If this sounds complex, it’s because it is. It takes a lot to be a good machine learning engineer, so we recommend you to enroll in our Machine Learning Scientist in Python track. 85 hours of materials will get you job-ready for 2026.
FAQs
Does logistic regression have assumptions?
Yes. Logistic regression makes fewer assumptions than linear regression, but it isn't assumption-free. The main ones cover the shape of the outcome variable, the independence of observations, the linearity of the log-odds, and the absence of high multicollinearity or highly influential points.
What are the most important assumptions of logistic regression?
The two that matter most are linearity of the logit and absence of high multicollinearity. Linearity of the logit is the most often misunderstood, as logistic regression doesn't assume a linear relationship between predictors and the outcome, but it does assume one between predictors and the log-odds. Multicollinearity matters because it distorts coefficients and inflates standard errors without affecting accuracy, so it can hide from any check that only looks at predictive performance.
What happens if logistic regression assumptions are violated?
It depends on which assumption breaks. Violations of linearity in the logit or strong multicollinearity quietly damage the coefficients while leaving accuracy intact, which is why they're easy to miss. Independence failures inflate or shrink standard errors, making p-values unreliable. Most violations don't make a model useless, but they make parts of it untrustworthy in ways accuracy alone won't show.
Does logistic regression require normally distributed predictors?
No. Logistic regression places no distributional assumption on the predictors. You can mix continuous, categorical, skewed, and heavy-tailed predictors in the same model without issue. What matters is the relationship between each predictor and the log-odds, not the marginal shape of the predictor itself.
What is a good VIF threshold for logistic regression?

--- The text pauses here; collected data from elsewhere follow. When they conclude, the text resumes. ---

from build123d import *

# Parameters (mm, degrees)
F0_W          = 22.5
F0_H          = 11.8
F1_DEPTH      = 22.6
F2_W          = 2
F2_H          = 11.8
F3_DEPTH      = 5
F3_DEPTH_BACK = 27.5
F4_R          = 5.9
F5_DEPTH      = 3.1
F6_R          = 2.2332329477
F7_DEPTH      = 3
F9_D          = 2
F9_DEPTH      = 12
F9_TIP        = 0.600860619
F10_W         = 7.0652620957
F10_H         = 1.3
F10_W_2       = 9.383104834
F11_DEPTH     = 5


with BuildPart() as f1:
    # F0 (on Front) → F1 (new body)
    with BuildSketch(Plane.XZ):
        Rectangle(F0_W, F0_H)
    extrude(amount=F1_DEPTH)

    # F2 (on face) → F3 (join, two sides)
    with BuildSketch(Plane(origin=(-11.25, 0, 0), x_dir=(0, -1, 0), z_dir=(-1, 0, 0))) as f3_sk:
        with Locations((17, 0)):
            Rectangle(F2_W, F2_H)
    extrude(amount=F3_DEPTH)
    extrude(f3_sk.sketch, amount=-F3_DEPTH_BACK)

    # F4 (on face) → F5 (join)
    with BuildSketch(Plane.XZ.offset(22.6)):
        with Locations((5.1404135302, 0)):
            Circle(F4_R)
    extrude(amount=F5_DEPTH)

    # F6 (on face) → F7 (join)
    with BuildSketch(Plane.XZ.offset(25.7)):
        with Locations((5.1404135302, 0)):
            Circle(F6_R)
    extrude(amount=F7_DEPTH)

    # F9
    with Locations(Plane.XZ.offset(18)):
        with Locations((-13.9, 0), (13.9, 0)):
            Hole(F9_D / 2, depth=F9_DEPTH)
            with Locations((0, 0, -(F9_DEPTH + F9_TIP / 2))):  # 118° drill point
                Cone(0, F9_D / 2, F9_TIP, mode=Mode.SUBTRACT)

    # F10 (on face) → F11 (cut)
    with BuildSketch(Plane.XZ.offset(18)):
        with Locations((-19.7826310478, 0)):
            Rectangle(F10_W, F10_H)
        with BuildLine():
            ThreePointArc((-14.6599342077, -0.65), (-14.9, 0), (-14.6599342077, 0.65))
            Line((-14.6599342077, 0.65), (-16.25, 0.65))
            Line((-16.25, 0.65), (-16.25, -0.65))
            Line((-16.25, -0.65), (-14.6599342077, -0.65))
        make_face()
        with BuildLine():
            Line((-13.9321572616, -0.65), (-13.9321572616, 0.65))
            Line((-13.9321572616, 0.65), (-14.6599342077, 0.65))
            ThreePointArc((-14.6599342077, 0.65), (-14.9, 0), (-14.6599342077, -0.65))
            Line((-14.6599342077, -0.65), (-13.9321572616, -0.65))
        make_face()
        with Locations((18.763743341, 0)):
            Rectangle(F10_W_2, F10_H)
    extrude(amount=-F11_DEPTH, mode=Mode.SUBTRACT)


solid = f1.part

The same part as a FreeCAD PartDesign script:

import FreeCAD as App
import Part
import Sketcher

V = App.Vector
Q = App.Units.Quantity


def add_polygon(sketch, points):
    """Adds a closed chain of lines whose ends are joined by coincident constraints."""
    first, n = sketch.GeometryCount, len(points)
    for a, b in zip(points, points[1:] + points[:1]):
        sketch.addGeometry(Part.LineSegment(App.Vector(*a, 0), App.Vector(*b, 0)), False)
    for i in range(n):
        sketch.addConstraint(Sketcher.Constraint("Coincident", first + i, 2, first + (i + 1) % n, 1))

doc = App.newDocument("Part")
body = doc.addObject("PartDesign::Body", "Body")

# Sketch on XZ plane
sketch1 = doc.addObject("Sketcher::SketchObject", "Sketch")
body.addObject(sketch1)
sketch1.AttachmentSupport = (doc.XZ_Plane, [""])
sketch1.MapMode = "FlatFace"
add_polygon(sketch1, [(-11, 6), (-11, -6), (11, -6), (11, 6)])  # lines 0-3
sketch1.addConstraint([
    Sketcher.Constraint("Vertical", 0),
    Sketcher.Constraint("Horizontal", 1),
    Sketcher.Constraint("Vertical", 2),
    Sketcher.Constraint("Horizontal", 3),
    Sketcher.Constraint("Symmetric", 0, 2, 2, 2, -1, 1),
    Sketcher.Constraint("DistanceX", 1, 1, 1, 2, Q("22.5 mm")),
    Sketcher.Constraint("DistanceY", 0, 2, 0, 1, Q("11.8 mm")),
])
pad1 = doc.addObject("PartDesign::Pad", "Pad")
body.addObject(pad1)
pad1.Profile = sketch1
pad1.Length = 22.6

# Sketch on YZ plane
sketch2 = doc.addObject("Sketcher::SketchObject", "Sketch001")
body.addObject(sketch2)
sketch2.AttachmentSupport = (doc.YZ_Plane, [""])
sketch2.MapMode = "FlatFace"
sketch2.AttachmentOffset = App.Placement(V(0, 0, -11.25), App.Rotation())
add_polygon(sketch2, [(-16, 5.9), (-16, -5.9), (-18, -5.9), (-18, 5.9)])  # lines 0-3
sketch2.addConstraint([
    Sketcher.Constraint("Vertical", 0),
    Sketcher.Constraint("Horizontal", 1),
    Sketcher.Constraint("Vertical", 2),
    Sketcher.Constraint("Horizontal", 3),
    Sketcher.Constraint("DistanceX", 1, 2, 1, 1, Q("2 mm")),
    Sketcher.Constraint("DistanceY", 0, 2, 0, 1, Q("11.8 mm")),
    Sketcher.Constraint("DistanceX", 0, 2, -1, 1, Q("16 mm")),
    Sketcher.Constraint("DistanceY", 0, 2, -1, 1, Q("5.9 mm")),
])
pad2 = doc.addObject("PartDesign::Pad", "Pad001")
body.addObject(pad2)
pad2.Profile = sketch2
pad2.Type = "TwoLengths"
pad2.Length = 5
pad2.Length2 = 27.5
pad2.Reversed = True

# Sketch on XZ plane
sketch3 = doc.addObject("Sketcher::SketchObject", "Sketch002")
body.addObject(sketch3)
sketch3.AttachmentSupport = (doc.XZ_Plane, [""])
sketch3.MapMode = "FlatFace"
sketch3.AttachmentOffset = App.Placement(V(0, 0, 22.6), App.Rotation())
sketch3.addGeometry(Part.Circle(V(5, 0, 0), V(0, 0, 1), 6), False)
sketch3.addConstraint([
    Sketcher.Constraint("PointOnObject", 0, 3, -1),
    Sketcher.Constraint("Diameter", 0, Q("11.8 mm")),
    Sketcher.Constraint("DistanceX", -1, 1, 0, 3, Q("5.140414 mm")),
])
pad3 = doc.addObject("PartDesign::Pad", "Pad002")
body.addObject(pad3)
pad3.Profile = sketch3
pad3.Length = 3.1

# Sketch on XZ plane
sketch4 = doc.addObject("Sketcher::SketchObject", "Sketch003")
body.addObject(sketch4)
sketch4.AttachmentSupport = (doc.XZ_Plane, [""])
sketch4.MapMode = "FlatFace"
sketch4.AttachmentOffset = App.Placement(V(0, 0, 25.7), App.Rotation())
sketch4.addGeometry(Part.Circle(V(5.1, 0, 0), V(0, 0, 1), 2.2), False)
sketch4.addConstraint([
    Sketcher.Constraint("PointOnObject", 0, 3, -1),
    Sketcher.Constraint("Diameter", 0, Q("4.466466 mm")),
    Sketcher.Constraint("DistanceX", -1, 1, 0, 3, Q("5.140414 mm")),
])
pad4 = doc.addObject("PartDesign::Pad", "Pad003")
body.addObject(pad4)
pad4.Profile = sketch4
pad4.Length = 3

# Sketch on XZ plane
sketch5 = doc.addObject("Sketcher::SketchObject", "Sketch004")
body.addObject(sketch5)
sketch5.AttachmentSupport = (doc.XZ_Plane, [""])
sketch5.MapMode = "FlatFace"
sketch5.AttachmentOffset = App.Placement(V(0, 0, 18), App.Rotation())
sketch5.addGeometry([
    Part.Circle(V(-13.9, 0, 0), V(0, 0, 1), 1),
    Part.Circle(V(13.9, 0, 0), V(0, 0, 1), 1),
], False)
sketch5.addConstraint([
    Sketcher.Constraint("Equal", 0, 1),
    Sketcher.Constraint("Symmetric", 0, 3, 1, 3, -1, 1),
    Sketcher.Constraint("PointOnObject", 0, 3, -1),
    Sketcher.Constraint("Diameter", 0, Q("2 mm")),
    Sketcher.Constraint("DistanceX", 0, 3, -1, 1, Q("13.9 mm")),
])
doc.recompute()
hole = doc.addObject("PartDesign::Hole", "Hole")
body.addObject(hole)
hole.Profile = sketch5
hole.ThreadType = "None"
hole.Diameter = 2
hole.DepthType = "Dimension"
hole.Depth = 12
hole.DrillPoint = "Angled"
hole.DrillPointAngle = 118

# Sketch on XZ plane
sketch6 = doc.addObject("Sketcher::SketchObject", "Sketch005")
body.addObject(sketch6)
sketch6.AttachmentSupport = (doc.XZ_Plane, [""])
sketch6.MapMode = "FlatFace"
sketch6.AttachmentOffset = App.Placement(V(0, 0, 18), App.Rotation())
add_polygon(sketch6, [(-23.3, 0.7), (-23.3, -0.7), (-13.9, -0.7), (-13.9, 0.7)])  # lines 0-3
add_polygon(sketch6, [(14.1, 0.7), (14.1, -0.7), (23.5, -0.7), (23.5, 0.7)])  # lines 4-7
sketch6.addConstraint([
    Sketcher.Constraint("Vertical", 0),
    Sketcher.Constraint("Horizontal", 1),
    Sketcher.Constraint("Vertical", 2),
    Sketcher.Constraint("Horizontal", 3),
    Sketcher.Constraint("Vertical", 4),
    Sketcher.Constraint("Horizontal", 5),
    Sketcher.Constraint("Vertical", 6),
    Sketcher.Constraint("Horizontal", 7),
    Sketcher.Constraint("Horizontal", 1, 2, 4, 2),
    Sketcher.Constraint("Horizontal", 3, 2, 6, 2),
    Sketcher.Constraint("Equal", 3, 5),
    Sketcher.Constraint("DistanceY", 0, 2, 0, 1, Q("1.3 mm")),
    Sketcher.Constraint("DistanceY", 0, 2, -1, 1, Q("0.65 mm")),
    Sketcher.Constraint("DistanceX", 1, 1, 1, 2, Q("9.383105 mm")),
    Sketcher.Constraint("DistanceX", -1, 1, 4, 2, Q("14.072191 mm")),
    Sketcher.Constraint("DistanceX", 1, 2, 4, 2, Q("28.004348 mm")),
])
pocket1 = doc.addObject("PartDesign::Pocket", "Pocket")
body.addObject(pocket1)
pocket1.Profile = sketch6
pocket1.Length = 5

doc.recompute()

VIF values up to 5 are usually fine, values between 5 and 10 suggest moderate multicollinearity worth investigating, and values above 10 are a signal that one or more predictors are redundant. The thresholds aren't hard rules but conventions, since VIF interpretation depends on sample size and the precision you need. If a predictor's VIF is high and its standard error looks unstable across data subsets, you have evidence the collinearity is causing trouble.